# Passport close to expiration - travel?



## Kaia

I live in Germany on an unlimited permit (unbegrenzte Aufenthaltsgenehmigung). My passport will expire in March. I'm planning to travel to Norway for a week over the New Year. Will I be permitted to enter Norway with a passport that's not valid for three months? Will I be permitted to re-enter Germany? Will Lufthansa cause problems?
As both Norway and Germany are Schengen countries, I wouldn't be worried if I weren't flying.
Has anyone been in a similar situation?
Thanks!
Kaia


----------



## James3214

I assume you have a US passport, but I would assume the advice for you would be the same as it is for UK passport holders and they are advised on the Foreign Office site as follows:

_Entry Requirements - Passport validity 
You must hold a valid passport to enter Norway. Your passport must be valid for the proposed duration of your stay. No additional period of validity beyond this is required. However, it is always sensible to have a short period of extra validity on your passport in case of any unforeseen delays to your departure. You do not have to wait until your old passport expires to apply to renew it. Any time left on your old passport when you apply will be added to your new passport, up to a maximum of nine months. For passport applications in the UK, you should apply to the Identity and Passport Service._

So I guess you will be okay?


----------



## James3214

Hold on, I think you might be in trouble...if you have a US passport that is!

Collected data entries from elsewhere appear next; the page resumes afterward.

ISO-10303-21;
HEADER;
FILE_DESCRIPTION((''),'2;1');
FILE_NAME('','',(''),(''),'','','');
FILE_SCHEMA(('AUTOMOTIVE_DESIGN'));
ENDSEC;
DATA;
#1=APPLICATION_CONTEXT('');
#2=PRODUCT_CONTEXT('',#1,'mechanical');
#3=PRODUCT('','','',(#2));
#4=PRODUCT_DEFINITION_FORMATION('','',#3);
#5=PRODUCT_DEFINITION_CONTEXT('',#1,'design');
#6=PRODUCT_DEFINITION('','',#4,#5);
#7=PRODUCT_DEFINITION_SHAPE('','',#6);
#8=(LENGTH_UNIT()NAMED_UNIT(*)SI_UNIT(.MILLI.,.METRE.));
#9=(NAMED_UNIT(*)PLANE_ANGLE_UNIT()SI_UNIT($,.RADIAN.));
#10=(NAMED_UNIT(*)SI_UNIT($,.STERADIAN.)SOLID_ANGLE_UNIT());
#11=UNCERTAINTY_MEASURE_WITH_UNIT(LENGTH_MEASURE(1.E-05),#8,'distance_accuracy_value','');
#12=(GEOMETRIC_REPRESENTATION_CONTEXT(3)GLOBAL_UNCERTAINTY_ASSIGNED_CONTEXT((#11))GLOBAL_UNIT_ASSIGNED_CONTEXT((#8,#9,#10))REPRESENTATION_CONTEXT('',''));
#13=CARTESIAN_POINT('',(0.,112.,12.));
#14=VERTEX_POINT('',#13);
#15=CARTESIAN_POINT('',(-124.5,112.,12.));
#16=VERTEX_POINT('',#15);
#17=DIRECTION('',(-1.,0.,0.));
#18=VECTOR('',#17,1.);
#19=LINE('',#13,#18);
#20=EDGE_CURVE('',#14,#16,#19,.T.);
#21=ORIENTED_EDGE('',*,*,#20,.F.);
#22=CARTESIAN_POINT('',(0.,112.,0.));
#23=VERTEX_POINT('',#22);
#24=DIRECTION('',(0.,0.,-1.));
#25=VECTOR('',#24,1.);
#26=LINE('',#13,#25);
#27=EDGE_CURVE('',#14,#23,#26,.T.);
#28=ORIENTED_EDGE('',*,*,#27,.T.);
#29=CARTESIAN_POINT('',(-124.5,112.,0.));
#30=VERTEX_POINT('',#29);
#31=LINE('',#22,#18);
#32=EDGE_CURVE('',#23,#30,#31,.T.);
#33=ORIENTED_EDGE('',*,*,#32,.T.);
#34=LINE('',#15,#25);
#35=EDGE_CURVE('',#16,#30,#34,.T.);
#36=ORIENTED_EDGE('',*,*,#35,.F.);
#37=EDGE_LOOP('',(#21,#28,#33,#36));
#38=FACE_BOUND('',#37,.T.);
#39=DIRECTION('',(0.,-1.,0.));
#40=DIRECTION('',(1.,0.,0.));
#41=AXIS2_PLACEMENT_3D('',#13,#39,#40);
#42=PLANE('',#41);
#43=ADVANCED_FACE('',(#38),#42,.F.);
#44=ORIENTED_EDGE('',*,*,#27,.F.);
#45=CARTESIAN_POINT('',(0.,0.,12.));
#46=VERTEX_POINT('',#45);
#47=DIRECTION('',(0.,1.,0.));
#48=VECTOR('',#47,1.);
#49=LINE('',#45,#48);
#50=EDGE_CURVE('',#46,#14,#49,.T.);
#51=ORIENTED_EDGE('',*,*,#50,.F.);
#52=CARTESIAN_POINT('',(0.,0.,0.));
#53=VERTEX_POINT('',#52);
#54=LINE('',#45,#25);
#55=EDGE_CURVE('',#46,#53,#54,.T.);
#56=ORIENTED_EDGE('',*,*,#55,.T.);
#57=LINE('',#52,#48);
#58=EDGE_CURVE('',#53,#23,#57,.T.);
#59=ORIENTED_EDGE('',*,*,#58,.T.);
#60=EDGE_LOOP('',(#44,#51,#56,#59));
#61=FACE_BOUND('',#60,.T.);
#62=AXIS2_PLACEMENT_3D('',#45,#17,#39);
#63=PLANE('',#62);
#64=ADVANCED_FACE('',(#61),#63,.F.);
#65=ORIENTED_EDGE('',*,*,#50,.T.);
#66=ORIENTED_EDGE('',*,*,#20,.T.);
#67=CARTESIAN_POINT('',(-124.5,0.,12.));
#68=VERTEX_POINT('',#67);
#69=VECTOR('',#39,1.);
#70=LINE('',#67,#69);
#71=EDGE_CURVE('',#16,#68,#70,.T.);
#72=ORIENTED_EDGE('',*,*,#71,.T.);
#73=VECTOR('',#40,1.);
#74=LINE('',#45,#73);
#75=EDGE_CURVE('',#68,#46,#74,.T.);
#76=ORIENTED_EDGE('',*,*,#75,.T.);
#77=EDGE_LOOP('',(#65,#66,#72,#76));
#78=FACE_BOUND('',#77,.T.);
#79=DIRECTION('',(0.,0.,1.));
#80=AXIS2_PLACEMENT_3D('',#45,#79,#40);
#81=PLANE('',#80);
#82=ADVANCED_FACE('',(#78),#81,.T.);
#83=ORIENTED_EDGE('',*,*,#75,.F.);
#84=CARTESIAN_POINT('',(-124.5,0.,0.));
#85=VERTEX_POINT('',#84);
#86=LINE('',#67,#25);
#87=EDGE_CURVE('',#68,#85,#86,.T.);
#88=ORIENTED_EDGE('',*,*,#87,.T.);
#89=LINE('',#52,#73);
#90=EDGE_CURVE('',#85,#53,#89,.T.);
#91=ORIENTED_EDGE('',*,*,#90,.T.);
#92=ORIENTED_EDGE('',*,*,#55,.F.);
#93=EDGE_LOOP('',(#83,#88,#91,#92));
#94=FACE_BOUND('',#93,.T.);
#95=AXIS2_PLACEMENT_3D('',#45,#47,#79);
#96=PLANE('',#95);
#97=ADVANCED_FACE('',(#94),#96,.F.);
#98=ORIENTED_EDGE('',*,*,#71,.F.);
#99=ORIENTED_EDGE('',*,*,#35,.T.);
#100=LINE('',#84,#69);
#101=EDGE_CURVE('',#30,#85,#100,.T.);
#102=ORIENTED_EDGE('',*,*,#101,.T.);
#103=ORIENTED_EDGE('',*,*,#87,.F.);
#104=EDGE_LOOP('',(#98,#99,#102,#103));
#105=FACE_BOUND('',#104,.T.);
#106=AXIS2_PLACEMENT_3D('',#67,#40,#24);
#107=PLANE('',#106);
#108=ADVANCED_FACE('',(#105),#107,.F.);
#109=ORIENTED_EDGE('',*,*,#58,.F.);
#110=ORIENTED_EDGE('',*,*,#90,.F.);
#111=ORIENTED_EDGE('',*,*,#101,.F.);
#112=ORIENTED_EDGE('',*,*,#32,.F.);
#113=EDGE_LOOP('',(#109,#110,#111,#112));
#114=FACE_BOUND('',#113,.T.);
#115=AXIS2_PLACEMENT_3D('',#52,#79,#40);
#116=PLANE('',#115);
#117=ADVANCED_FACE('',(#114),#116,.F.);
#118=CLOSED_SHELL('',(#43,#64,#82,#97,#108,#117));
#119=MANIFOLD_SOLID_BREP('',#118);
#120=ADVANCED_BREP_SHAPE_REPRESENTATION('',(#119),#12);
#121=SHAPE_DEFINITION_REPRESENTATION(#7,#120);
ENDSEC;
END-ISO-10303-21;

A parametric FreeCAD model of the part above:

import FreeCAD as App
import Part
import Sketcher
from FreeCAD import Vector
Q = App.Units.Quantity


def add_polygon(sketch, points):
    """Adds a closed chain of lines whose ends are joined by coincident constraints."""
    first, n = sketch.GeometryCount, len(points)
    for a, b in zip(points, points[1:] + points[:1]):
        sketch.addGeometry(Part.LineSegment(App.Vector(*a, 0), App.Vector(*b, 0)), False)
    for i in range(n):
        sketch.addConstraint(Sketcher.Constraint("Coincident", first + i, 2, first + (i + 1) % n, 1))

doc = App.newDocument("Part")
body = doc.addObject("PartDesign::Body", "Body")

# Sketch on XY plane
sketch1 = body.newObject("Sketcher::SketchObject", "Sketch")
sketch1.AttachmentSupport = (doc.getObject("XY_Plane"), [""])
sketch1.MapMode = "FlatFace"
add_polygon(sketch1, [(-124, 112), (-124, 0), (0, 0), (0, 112)])  # lines 0-3
sketch1.addConstraint([
    Sketcher.Constraint("Vertical", 0),
    Sketcher.Constraint("Horizontal", 1),
    Sketcher.Constraint("Vertical", 2),
    Sketcher.Constraint("Horizontal", 3),
    Sketcher.Constraint("Coincident", 1, 2, -1, 1),
    Sketcher.Constraint("DistanceY", 0, 2, 0, 1, Q("112 mm")),
    Sketcher.Constraint("DistanceX", 1, 1, 1, 2, Q("124.5 mm")),
])
pad1 = body.newObject("PartDesign::Pad", "Pad")
pad1.Profile = sketch1
pad1.Length = 12

doc.recompute()
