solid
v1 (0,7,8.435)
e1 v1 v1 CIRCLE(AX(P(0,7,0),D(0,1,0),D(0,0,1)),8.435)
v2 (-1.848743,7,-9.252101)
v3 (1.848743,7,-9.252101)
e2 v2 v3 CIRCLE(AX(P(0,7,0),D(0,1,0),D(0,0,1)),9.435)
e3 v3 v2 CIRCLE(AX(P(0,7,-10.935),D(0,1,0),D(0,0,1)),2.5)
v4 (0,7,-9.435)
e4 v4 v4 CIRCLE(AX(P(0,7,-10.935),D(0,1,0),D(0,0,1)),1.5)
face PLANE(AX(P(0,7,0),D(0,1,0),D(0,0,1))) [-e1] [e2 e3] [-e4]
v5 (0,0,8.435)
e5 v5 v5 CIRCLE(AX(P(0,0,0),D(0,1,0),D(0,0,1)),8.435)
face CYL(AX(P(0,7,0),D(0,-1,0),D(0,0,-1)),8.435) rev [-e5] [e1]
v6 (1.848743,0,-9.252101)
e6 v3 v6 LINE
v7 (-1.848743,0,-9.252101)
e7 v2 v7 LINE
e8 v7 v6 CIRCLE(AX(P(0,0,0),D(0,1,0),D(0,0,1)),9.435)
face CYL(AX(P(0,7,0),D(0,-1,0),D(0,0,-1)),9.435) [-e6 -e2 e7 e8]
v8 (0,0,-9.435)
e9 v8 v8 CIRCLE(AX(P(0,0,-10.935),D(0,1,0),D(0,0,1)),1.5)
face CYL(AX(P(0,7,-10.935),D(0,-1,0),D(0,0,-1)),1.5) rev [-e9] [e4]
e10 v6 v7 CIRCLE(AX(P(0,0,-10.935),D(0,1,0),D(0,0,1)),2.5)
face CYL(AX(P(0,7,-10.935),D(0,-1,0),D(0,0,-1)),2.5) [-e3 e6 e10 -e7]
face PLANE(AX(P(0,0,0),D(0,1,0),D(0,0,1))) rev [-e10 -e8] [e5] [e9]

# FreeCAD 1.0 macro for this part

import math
import FreeCAD as App
import Part
import Sketcher

doc = App.newDocument("Part")
body = doc.addObject("PartDesign::Body", "Body")

sketch1 = doc.addObject("Sketcher::SketchObject", "Sketch")
body.addObject(sketch1)
sketch1.AttachmentSupport = (doc.XZ_Plane, [""])
sketch1.MapMode = "FlatFace"
sketch1.addGeometry([
    Part.ArcOfCircle(Part.Circle(App.Vector(0, 0, 0), App.Vector(0, 0, 1), 9.435), math.radians(-78.700054), math.radians(258.700054)),
    Part.ArcOfCircle(Part.Circle(App.Vector(0, -10.935, 0), App.Vector(0, 0, 1), 2.5), math.radians(137.688606), math.radians(402.311394)),
    Part.Circle(App.Vector(0, 0, 0), App.Vector(0, 0, 1), 8.435),
    Part.Circle(App.Vector(0, -10.935, 0), App.Vector(0, 0, 1), 1.5),
], False)
sketch1.addConstraint([
    Sketcher.Constraint("Coincident", 0, 1, 1, 2),
    Sketcher.Constraint("Coincident", 1, 1, 0, 2),
    Sketcher.Constraint("Coincident", 0, 3, -1, 1),
    Sketcher.Constraint("Coincident", 2, 3, -1, 1),
    Sketcher.Constraint("Coincident", 3, 3, 1, 3),
    Sketcher.Constraint("PointOnObject", 1, 3, -2),
    Sketcher.Constraint("Diameter", 3, 3.0),
    Sketcher.Constraint("Radius", 1, 2.5),
    Sketcher.Constraint("Diameter", 2, 16.87),
    Sketcher.Constraint("Radius", 0, 9.435),
    Sketcher.Constraint("DistanceY", 1, 3, -1, 1, 10.935),
])
pad1 = doc.addObject("PartDesign::Pad", "Pad")
body.addObject(pad1)
pad1.Profile = sketch1
pad1.Length = 7
pad1.Reversed = True

doc.recompute()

_ENTRY / EXIT REQUIREMENTS FOR U.S. CITIZENS: Norway is a party to the Schengen Agreement. As a U.S. citizen, you may enter Norway for up to 90 days for tourist or business purposes without a visa. *Your passport should be valid for at least three months beyond the period of stay.* For further details about travel into and within Schengen countries, please see our fact sheet. _

Norway


----------



## Kaia

Thanks!
I fear you're right. It's a US passport and the Norwegian embassy's site says the same thing. Lufthansa tells me I can get a temporary passport from the embassy. I hope she's right!


----------



## Kaia

Here's how the situation has developed - in case anyone else is in a similar position:

- The airline recommended getting a temporary (emergency passport).
- The Norwegian embassy in Germany confirmed that the rules are as James stated (above) but said it would unlikely that I would have problems at the airport in Oslo.
- When I called the American embassy in Berlin, it turned out that the time between application and receipt of a renewed passport is considerably less than the 4-6 weeks (+ additional week for transport between Germany and the US). I was told I could have a new passport in 10 days or so if I turned in the application in person. So it was off to Berlin yesterday where I was in and out of the embassy in less than 30 minutes. Friendly people, no complications. (Thanks! if embassy personnel is reading this.) And thanks to James for answering.
Kaia


----------



## James3214

Thanks for the update Kaia. 
Actually, I am in a similar situation with renewing my UK passport. I sent it off 10 days ago and waiting to receive the new one back. It's worrying because I have to travel to Austria next weekend and although it's in Schengen and I have no passport checks to go through, I could have problems if anyone checks or asks for it. I have the original photocopy and other ID but I am just hoping that I get it back before I travel.


----------



## Kaia

Another update:
I got my new passport within 10 or 12 days. However, since I don't have a driver's license I was in the absurd situation of not having ID at the post office, first to pick up a package, then to pick up the passport, which was sent registered mail. I showed my old passport, which the embassy had invalidated, and couldn't convince the employee to give me my package. "But you can see that it was just invalidated two days ago." "Doesn't matter, it's invalid." "But it's the same picture and the same name as on the address ..." "You could have changed your name ..." It was clear that arguing that I'm the same person, even if I HAD in the space of a few days, ordered merchandise under one name and then changed that name, was going to get me nowhere. I emptied all my cards onto his counter, he pounced on the Postbank card and the problem was solved. So I avoided the situation of having my only valid ID in the envelope I need to identify myself in order to receive.
The trip to Norway was lovely and not once did I have to show any ID. Not even at the airport.
Kaia


----------